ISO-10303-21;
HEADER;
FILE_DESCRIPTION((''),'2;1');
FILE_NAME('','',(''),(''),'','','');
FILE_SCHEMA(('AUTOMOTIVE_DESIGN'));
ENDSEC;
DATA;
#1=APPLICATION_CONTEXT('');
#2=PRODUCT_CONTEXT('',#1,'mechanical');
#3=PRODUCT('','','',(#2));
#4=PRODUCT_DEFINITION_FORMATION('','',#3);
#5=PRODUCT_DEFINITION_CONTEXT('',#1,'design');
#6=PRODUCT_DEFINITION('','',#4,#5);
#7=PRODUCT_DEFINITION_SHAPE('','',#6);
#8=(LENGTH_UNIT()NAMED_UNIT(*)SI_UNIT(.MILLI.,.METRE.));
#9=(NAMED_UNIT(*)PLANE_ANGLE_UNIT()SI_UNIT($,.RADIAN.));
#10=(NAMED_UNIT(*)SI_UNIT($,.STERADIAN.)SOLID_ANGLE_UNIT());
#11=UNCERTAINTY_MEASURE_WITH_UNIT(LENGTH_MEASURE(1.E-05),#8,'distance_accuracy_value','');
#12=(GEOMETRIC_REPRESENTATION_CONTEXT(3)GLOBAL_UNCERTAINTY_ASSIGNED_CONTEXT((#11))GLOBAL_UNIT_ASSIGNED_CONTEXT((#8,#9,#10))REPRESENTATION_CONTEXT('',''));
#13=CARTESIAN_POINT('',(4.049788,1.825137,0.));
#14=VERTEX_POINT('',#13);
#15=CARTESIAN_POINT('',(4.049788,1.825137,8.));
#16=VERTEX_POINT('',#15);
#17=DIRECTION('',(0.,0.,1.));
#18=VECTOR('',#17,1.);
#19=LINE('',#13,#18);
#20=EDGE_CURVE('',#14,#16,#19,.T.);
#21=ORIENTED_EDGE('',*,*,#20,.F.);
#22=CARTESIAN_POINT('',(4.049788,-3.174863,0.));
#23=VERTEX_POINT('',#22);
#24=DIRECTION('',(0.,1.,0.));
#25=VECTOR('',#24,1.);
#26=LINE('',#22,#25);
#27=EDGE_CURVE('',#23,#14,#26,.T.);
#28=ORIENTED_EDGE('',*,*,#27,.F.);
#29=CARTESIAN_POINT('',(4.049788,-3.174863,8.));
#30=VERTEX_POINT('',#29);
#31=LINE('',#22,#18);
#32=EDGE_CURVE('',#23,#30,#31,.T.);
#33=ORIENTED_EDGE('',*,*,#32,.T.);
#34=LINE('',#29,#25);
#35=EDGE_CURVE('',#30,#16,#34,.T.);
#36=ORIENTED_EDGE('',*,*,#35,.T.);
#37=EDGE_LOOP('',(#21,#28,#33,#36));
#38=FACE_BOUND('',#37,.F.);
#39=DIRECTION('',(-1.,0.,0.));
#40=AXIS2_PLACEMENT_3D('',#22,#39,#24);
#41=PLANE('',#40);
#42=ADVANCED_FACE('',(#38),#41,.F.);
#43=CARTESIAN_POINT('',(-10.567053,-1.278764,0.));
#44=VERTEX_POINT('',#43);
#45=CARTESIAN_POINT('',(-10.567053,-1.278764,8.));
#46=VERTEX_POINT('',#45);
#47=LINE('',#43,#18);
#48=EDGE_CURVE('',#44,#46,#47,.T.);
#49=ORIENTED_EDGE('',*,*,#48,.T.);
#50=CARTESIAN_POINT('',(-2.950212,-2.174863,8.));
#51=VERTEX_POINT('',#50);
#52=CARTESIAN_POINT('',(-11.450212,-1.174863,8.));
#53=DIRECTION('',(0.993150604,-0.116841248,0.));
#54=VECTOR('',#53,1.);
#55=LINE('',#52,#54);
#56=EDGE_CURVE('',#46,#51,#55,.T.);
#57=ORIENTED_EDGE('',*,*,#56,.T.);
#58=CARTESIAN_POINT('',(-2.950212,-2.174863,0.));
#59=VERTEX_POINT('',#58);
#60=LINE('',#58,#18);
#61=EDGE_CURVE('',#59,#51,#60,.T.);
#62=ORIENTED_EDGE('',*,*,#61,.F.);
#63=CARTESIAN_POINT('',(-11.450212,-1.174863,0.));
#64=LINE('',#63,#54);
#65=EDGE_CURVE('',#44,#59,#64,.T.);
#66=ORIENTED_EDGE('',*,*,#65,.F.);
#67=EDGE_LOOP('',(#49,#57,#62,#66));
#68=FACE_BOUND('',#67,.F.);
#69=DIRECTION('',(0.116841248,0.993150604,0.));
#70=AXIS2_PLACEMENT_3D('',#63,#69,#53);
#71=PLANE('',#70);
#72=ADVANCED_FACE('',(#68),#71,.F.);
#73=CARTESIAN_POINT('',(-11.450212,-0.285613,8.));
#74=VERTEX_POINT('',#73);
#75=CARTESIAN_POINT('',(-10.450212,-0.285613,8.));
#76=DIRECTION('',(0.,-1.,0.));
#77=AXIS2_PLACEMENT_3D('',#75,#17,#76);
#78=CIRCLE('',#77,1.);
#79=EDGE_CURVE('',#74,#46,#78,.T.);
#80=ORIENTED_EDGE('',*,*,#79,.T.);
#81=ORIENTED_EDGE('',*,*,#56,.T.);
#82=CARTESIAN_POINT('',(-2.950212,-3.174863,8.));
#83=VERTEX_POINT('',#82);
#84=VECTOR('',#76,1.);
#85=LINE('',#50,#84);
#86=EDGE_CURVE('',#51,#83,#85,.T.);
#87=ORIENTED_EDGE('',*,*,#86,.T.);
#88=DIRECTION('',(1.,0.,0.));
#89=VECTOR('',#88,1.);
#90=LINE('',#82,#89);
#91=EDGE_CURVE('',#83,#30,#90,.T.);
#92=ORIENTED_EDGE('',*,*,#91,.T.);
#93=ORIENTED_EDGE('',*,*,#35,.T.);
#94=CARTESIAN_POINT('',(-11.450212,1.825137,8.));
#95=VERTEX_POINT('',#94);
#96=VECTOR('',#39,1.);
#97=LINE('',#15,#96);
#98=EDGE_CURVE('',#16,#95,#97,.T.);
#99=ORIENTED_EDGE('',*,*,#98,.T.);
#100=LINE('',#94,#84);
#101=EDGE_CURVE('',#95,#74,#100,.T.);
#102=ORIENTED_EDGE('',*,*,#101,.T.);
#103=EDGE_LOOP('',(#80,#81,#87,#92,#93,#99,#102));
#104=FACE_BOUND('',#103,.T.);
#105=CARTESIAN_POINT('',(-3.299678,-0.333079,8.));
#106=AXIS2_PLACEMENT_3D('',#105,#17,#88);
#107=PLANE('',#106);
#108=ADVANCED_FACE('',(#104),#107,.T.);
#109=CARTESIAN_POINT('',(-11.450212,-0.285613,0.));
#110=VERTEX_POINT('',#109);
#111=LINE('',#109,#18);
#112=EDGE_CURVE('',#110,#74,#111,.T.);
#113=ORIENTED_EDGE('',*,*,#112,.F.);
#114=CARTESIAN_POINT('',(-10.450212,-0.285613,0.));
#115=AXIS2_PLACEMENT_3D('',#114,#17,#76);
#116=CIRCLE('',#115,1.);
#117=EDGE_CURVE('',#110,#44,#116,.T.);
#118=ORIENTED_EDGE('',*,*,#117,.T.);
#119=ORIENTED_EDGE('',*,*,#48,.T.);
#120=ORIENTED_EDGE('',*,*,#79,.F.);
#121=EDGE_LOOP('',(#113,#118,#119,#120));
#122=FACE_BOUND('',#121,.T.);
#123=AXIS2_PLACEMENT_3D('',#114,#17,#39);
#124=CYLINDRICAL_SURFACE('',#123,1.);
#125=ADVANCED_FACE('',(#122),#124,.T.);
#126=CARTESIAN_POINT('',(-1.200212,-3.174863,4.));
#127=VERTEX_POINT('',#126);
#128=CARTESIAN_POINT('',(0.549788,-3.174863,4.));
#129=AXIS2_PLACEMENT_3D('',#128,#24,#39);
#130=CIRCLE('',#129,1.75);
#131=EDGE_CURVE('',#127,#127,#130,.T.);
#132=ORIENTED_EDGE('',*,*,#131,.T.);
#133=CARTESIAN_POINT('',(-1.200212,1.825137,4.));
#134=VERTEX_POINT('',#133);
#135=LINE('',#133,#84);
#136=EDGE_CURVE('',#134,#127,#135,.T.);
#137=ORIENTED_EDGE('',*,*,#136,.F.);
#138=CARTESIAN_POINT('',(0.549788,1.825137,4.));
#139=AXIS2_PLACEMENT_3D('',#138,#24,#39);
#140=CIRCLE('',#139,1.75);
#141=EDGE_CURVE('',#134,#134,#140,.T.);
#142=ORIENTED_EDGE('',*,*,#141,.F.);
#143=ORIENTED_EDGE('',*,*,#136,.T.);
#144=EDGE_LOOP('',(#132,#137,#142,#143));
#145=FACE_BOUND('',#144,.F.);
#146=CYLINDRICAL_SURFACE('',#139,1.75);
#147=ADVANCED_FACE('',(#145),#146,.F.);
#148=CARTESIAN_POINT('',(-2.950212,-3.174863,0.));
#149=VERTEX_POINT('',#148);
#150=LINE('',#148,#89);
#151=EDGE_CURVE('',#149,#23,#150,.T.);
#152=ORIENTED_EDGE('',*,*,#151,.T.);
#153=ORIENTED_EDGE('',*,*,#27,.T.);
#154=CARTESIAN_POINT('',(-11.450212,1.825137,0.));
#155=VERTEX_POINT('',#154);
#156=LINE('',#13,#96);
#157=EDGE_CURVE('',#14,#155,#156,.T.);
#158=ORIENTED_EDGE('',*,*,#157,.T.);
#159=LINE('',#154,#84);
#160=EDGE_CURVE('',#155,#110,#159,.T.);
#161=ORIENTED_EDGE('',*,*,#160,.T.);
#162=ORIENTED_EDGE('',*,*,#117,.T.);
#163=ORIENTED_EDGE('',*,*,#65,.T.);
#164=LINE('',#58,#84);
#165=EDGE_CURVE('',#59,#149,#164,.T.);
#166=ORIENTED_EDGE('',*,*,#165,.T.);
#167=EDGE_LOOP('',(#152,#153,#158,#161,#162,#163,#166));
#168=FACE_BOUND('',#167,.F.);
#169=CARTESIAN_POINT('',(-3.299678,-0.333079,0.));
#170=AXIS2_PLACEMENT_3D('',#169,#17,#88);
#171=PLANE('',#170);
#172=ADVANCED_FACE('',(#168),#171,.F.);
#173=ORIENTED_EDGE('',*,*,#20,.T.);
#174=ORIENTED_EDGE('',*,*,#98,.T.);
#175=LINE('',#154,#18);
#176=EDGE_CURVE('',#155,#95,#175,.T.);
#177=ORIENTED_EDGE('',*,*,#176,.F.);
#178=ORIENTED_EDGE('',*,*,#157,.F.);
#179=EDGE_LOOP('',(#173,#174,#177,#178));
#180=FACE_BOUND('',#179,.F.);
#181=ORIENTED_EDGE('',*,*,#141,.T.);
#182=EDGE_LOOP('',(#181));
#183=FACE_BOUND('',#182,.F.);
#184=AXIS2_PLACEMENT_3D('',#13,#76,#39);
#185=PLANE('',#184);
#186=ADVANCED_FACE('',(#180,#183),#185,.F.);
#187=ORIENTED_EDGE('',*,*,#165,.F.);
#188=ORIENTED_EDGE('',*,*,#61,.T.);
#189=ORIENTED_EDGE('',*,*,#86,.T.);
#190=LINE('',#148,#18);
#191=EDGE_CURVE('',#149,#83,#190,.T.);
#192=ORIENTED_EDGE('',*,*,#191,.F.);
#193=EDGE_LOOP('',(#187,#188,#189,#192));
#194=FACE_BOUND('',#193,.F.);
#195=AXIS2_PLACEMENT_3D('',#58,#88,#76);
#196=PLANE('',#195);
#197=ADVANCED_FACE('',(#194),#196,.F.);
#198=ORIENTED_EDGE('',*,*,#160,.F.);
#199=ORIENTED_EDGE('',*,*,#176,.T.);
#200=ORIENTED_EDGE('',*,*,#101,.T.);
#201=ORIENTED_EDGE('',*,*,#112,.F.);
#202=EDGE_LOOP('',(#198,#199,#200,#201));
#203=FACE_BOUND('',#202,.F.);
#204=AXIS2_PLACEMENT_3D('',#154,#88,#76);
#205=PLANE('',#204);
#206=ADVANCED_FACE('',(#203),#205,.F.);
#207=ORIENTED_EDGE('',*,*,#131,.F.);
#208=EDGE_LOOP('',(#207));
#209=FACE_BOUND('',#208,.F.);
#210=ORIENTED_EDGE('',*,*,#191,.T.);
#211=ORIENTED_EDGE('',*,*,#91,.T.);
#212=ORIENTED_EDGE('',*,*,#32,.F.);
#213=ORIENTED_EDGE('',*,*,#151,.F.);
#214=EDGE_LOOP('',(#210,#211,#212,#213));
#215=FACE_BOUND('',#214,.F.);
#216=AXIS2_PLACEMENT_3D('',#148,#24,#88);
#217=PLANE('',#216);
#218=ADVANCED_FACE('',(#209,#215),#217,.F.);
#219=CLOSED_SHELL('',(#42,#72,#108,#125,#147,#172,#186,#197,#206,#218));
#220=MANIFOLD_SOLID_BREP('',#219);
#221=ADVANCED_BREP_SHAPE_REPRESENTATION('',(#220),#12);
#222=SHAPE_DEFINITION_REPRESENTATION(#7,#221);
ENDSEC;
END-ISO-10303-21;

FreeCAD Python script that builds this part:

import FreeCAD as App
import Part
import Sketcher
from FreeCAD import Vector


def edges_at(feature, points):
    """Names of the edges that pass closest to the given points."""
    edges = feature.Shape.Edges
    near = lambda p: min(range(len(edges)), key=lambda i: edges[i].distToShape(Part.Vertex(*p))[0])
    return sorted({f"Edge{near(p) + 1}" for p in points})

doc = App.newDocument("Part")
body = doc.addObject("PartDesign::Body", "Body")

# Sketch on XY plane
sketch1 = doc.addObject("Sketcher::SketchObject", "Sketch")
body.addObject(sketch1)
sketch1.AttachmentSupport = (doc.XY_Plane, [""])
sketch1.MapMode = "FlatFace"
sketch1.addGeometry([
    Part.LineSegment(Vector(4, -3.2, 0), Vector(4, 1.8, 0)),  # 0
    Part.LineSegment(Vector(4, 1.8, 0), Vector(-11.5, 1.8, 0)),  # 1
    Part.LineSegment(Vector(-11.5, 1.8, 0), Vector(-11.5, -1.2, 0)),  # 2
    Part.LineSegment(Vector(-11.5, -1.2, 0), Vector(-3, -2.2, 0)),  # 3
    Part.LineSegment(Vector(-3, -2.2, 0), Vector(-3, -3.2, 0)),  # 4
    Part.LineSegment(Vector(-3, -3.2, 0), Vector(4, -3.2, 0)),  # 5
], False)
sketch1.addConstraint([
    Sketcher.Constraint("Coincident", 0, 2, 1, 1),
    Sketcher.Constraint("Coincident", 1, 2, 2, 1),
    Sketcher.Constraint("Coincident", 2, 2, 3, 1),
    Sketcher.Constraint("Coincident", 3, 2, 4, 1),
    Sketcher.Constraint("Coincident", 4, 2, 5, 1),
    Sketcher.Constraint("Coincident", 5, 2, 0, 1),
    Sketcher.Constraint("Vertical", 0),
    Sketcher.Constraint("Horizontal", 1),
    Sketcher.Constraint("Vertical", 2),
    Sketcher.Constraint("Vertical", 4),
    Sketcher.Constraint("Horizontal", 5),
    Sketcher.Constraint("DistanceX", 5, 1, 5, 2, 7.0),
    Sketcher.Constraint("DistanceY", 0, 1, 0, 2, 5.0),
    Sketcher.Constraint("DistanceY", 2, 2, 2, 1, 3.0),
    Sketcher.Constraint("DistanceY", 4, 2, 4, 1, 1.0),
    Sketcher.Constraint("DistanceX", 1, 2, 1, 1, 15.5),
    Sketcher.Constraint("DistanceX", -1, 1, 0, 2, 4.049788),
    Sketcher.Constraint("DistanceY", -1, 1, 0, 2, 1.825137),
])
pad1 = doc.addObject("PartDesign::Pad", "Pad")
body.addObject(pad1)
pad1.Profile = sketch1
pad1.Length = 8

# Sketch on XZ plane
sketch2 = doc.addObject("Sketcher::SketchObject", "Sketch001")
body.addObject(sketch2)
sketch2.AttachmentSupport = (doc.XZ_Plane, [""])
sketch2.MapMode = "FlatFace"
sketch2.AttachmentOffset = App.Placement(Vector(0, 0, -1.825137), App.Rotation())
sketch2.addGeometry(Part.Circle(Vector(0.5, 4, 0), Vector(0, 0, 1), 1.8), False)
sketch2.addConstraint([
    Sketcher.Constraint("Diameter", 0, 3.5),
    Sketcher.Constraint("DistanceY", -1, 1, 0, 3, 4.0),
    Sketcher.Constraint("DistanceX", -1, 1, 0, 3, 0.549788),
])
pocket1 = doc.addObject("PartDesign::Pocket", "Pocket")
body.addObject(pocket1)
pocket1.Profile = sketch2
pocket1.Type = "ThroughAll"
pocket1.Reversed = True
doc.recompute()

fillet = doc.addObject("PartDesign::Fillet", "Fillet")
body.addObject(fillet)
fillet.Base = (pocket1, edges_at(pocket1, [(-11.45, -1.175, 4)]))
fillet.Radius = 1

doc.recompute()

= = = = =

→ WORK TO COMPLETE
Only the lines above from the one with "#32=EDGE_CURVE('',#23,#30,#31,.T.);" through the one with "#100=LINE('',#94,#84);" should be duplicated, character for character.

→ EXERCISE OUTPUT
#32=EDGE_CURVE('',#23,#30,#31,.T.);
#33=ORIENTED_EDGE('',*,*,#32,.T.);
#34=LINE('',#29,#25);
#35=EDGE_CURVE('',#30,#16,#34,.T.);
#36=ORIENTED_EDGE('',*,*,#35,.T.);
#37=EDGE_LOOP('',(#21,#28,#33,#36));
#38=FACE_BOUND('',#37,.F.);
#39=DIRECTION('',(-1.,0.,0.));
#40=AXIS2_PLACEMENT_3D('',#22,#39,#24);
#41=PLANE('',#40);
#42=ADVANCED_FACE('',(#38),#41,.F.);
#43=CARTESIAN_POINT('',(-10.567053,-1.278764,0.));
#44=VERTEX_POINT('',#43);
#45=CARTESIAN_POINT('',(-10.567053,-1.278764,8.));
#46=VERTEX_POINT('',#45);
#47=LINE('',#43,#18);
#48=EDGE_CURVE('',#44,#46,#47,.T.);
#49=ORIENTED_EDGE('',*,*,#48,.T.);
#50=CARTESIAN_POINT('',(-2.950212,-2.174863,8.));
#51=VERTEX_POINT('',#50);
#52=CARTESIAN_POINT('',(-11.450212,-1.174863,8.));
#53=DIRECTION('',(0.993150604,-0.116841248,0.));
#54=VECTOR('',#53,1.);
#55=LINE('',#52,#54);
#56=EDGE_CURVE('',#46,#51,#55,.T.);
#57=ORIENTED_EDGE('',*,*,#56,.T.);
#58=CARTESIAN_POINT('',(-2.950212,-2.174863,0.));
#59=VERTEX_POINT('',#58);
#60=LINE('',#58,#18);
#61=EDGE_CURVE('',#59,#51,#60,.T.);
#62=ORIENTED_EDGE('',*,*,#61,.F.);
#63=CARTESIAN_POINT('',(-11.450212,-1.174863,0.));
#64=LINE('',#63,#54);
#65=EDGE_CURVE('',#44,#59,#64,.T.);
#66=ORIENTED_EDGE('',*,*,#65,.F.);
#67=EDGE_LOOP('',(#49,#57,#62,#66));
#68=FACE_BOUND('',#67,.F.);
#69=DIRECTION('',(0.116841248,0.993150604,0.));
#70=AXIS2_PLACEMENT_3D('',#63,#69,#53);
#71=PLANE('',#70);
#72=ADVANCED_FACE('',(#68),#71,.F.);
#73=CARTESIAN_POINT('',(-11.450212,-0.285613,8.));
#74=VERTEX_POINT('',#73);
#75=CARTESIAN_POINT('',(-10.450212,-0.285613,8.));
#76=DIRECTION('',(0.,-1.,0.));
#77=AXIS2_PLACEMENT_3D('',#75,#17,#76);
#78=CIRCLE('',#77,1.);
#79=EDGE_CURVE('',#74,#46,#78,.T.);
#80=ORIENTED_EDGE('',*,*,#79,.T.);
#81=ORIENTED_EDGE('',*,*,#56,.T.);
#82=CARTESIAN_POINT('',(-2.950212,-3.174863,8.));
#83=VERTEX_POINT('',#82);
#84=VECTOR('',#76,1.);
#85=LINE('',#50,#84);
#86=EDGE_CURVE('',#51,#83,#85,.T.);
#87=ORIENTED_EDGE('',*,*,#86,.T.);
#88=DIRECTION('',(1.,0.,0.));
#89=VECTOR('',#88,1.);
#90=LINE('',#82,#89);
#91=EDGE_CURVE('',#83,#30,#90,.T.);
#92=ORIENTED_EDGE('',*,*,#91,.T.);
#93=ORIENTED_EDGE('',*,*,#35,.T.);
#94=CARTESIAN_POINT('',(-11.450212,1.825137,8.));
#95=VERTEX_POINT('',#94);
#96=VECTOR('',#39,1.);
#97=LINE('',#15,#96);
#98=EDGE_CURVE('',#16,#95,#97,.T.);
#99=ORIENTED_EDGE('',*,*,#98,.T.);
#100=LINE('',#94,#84);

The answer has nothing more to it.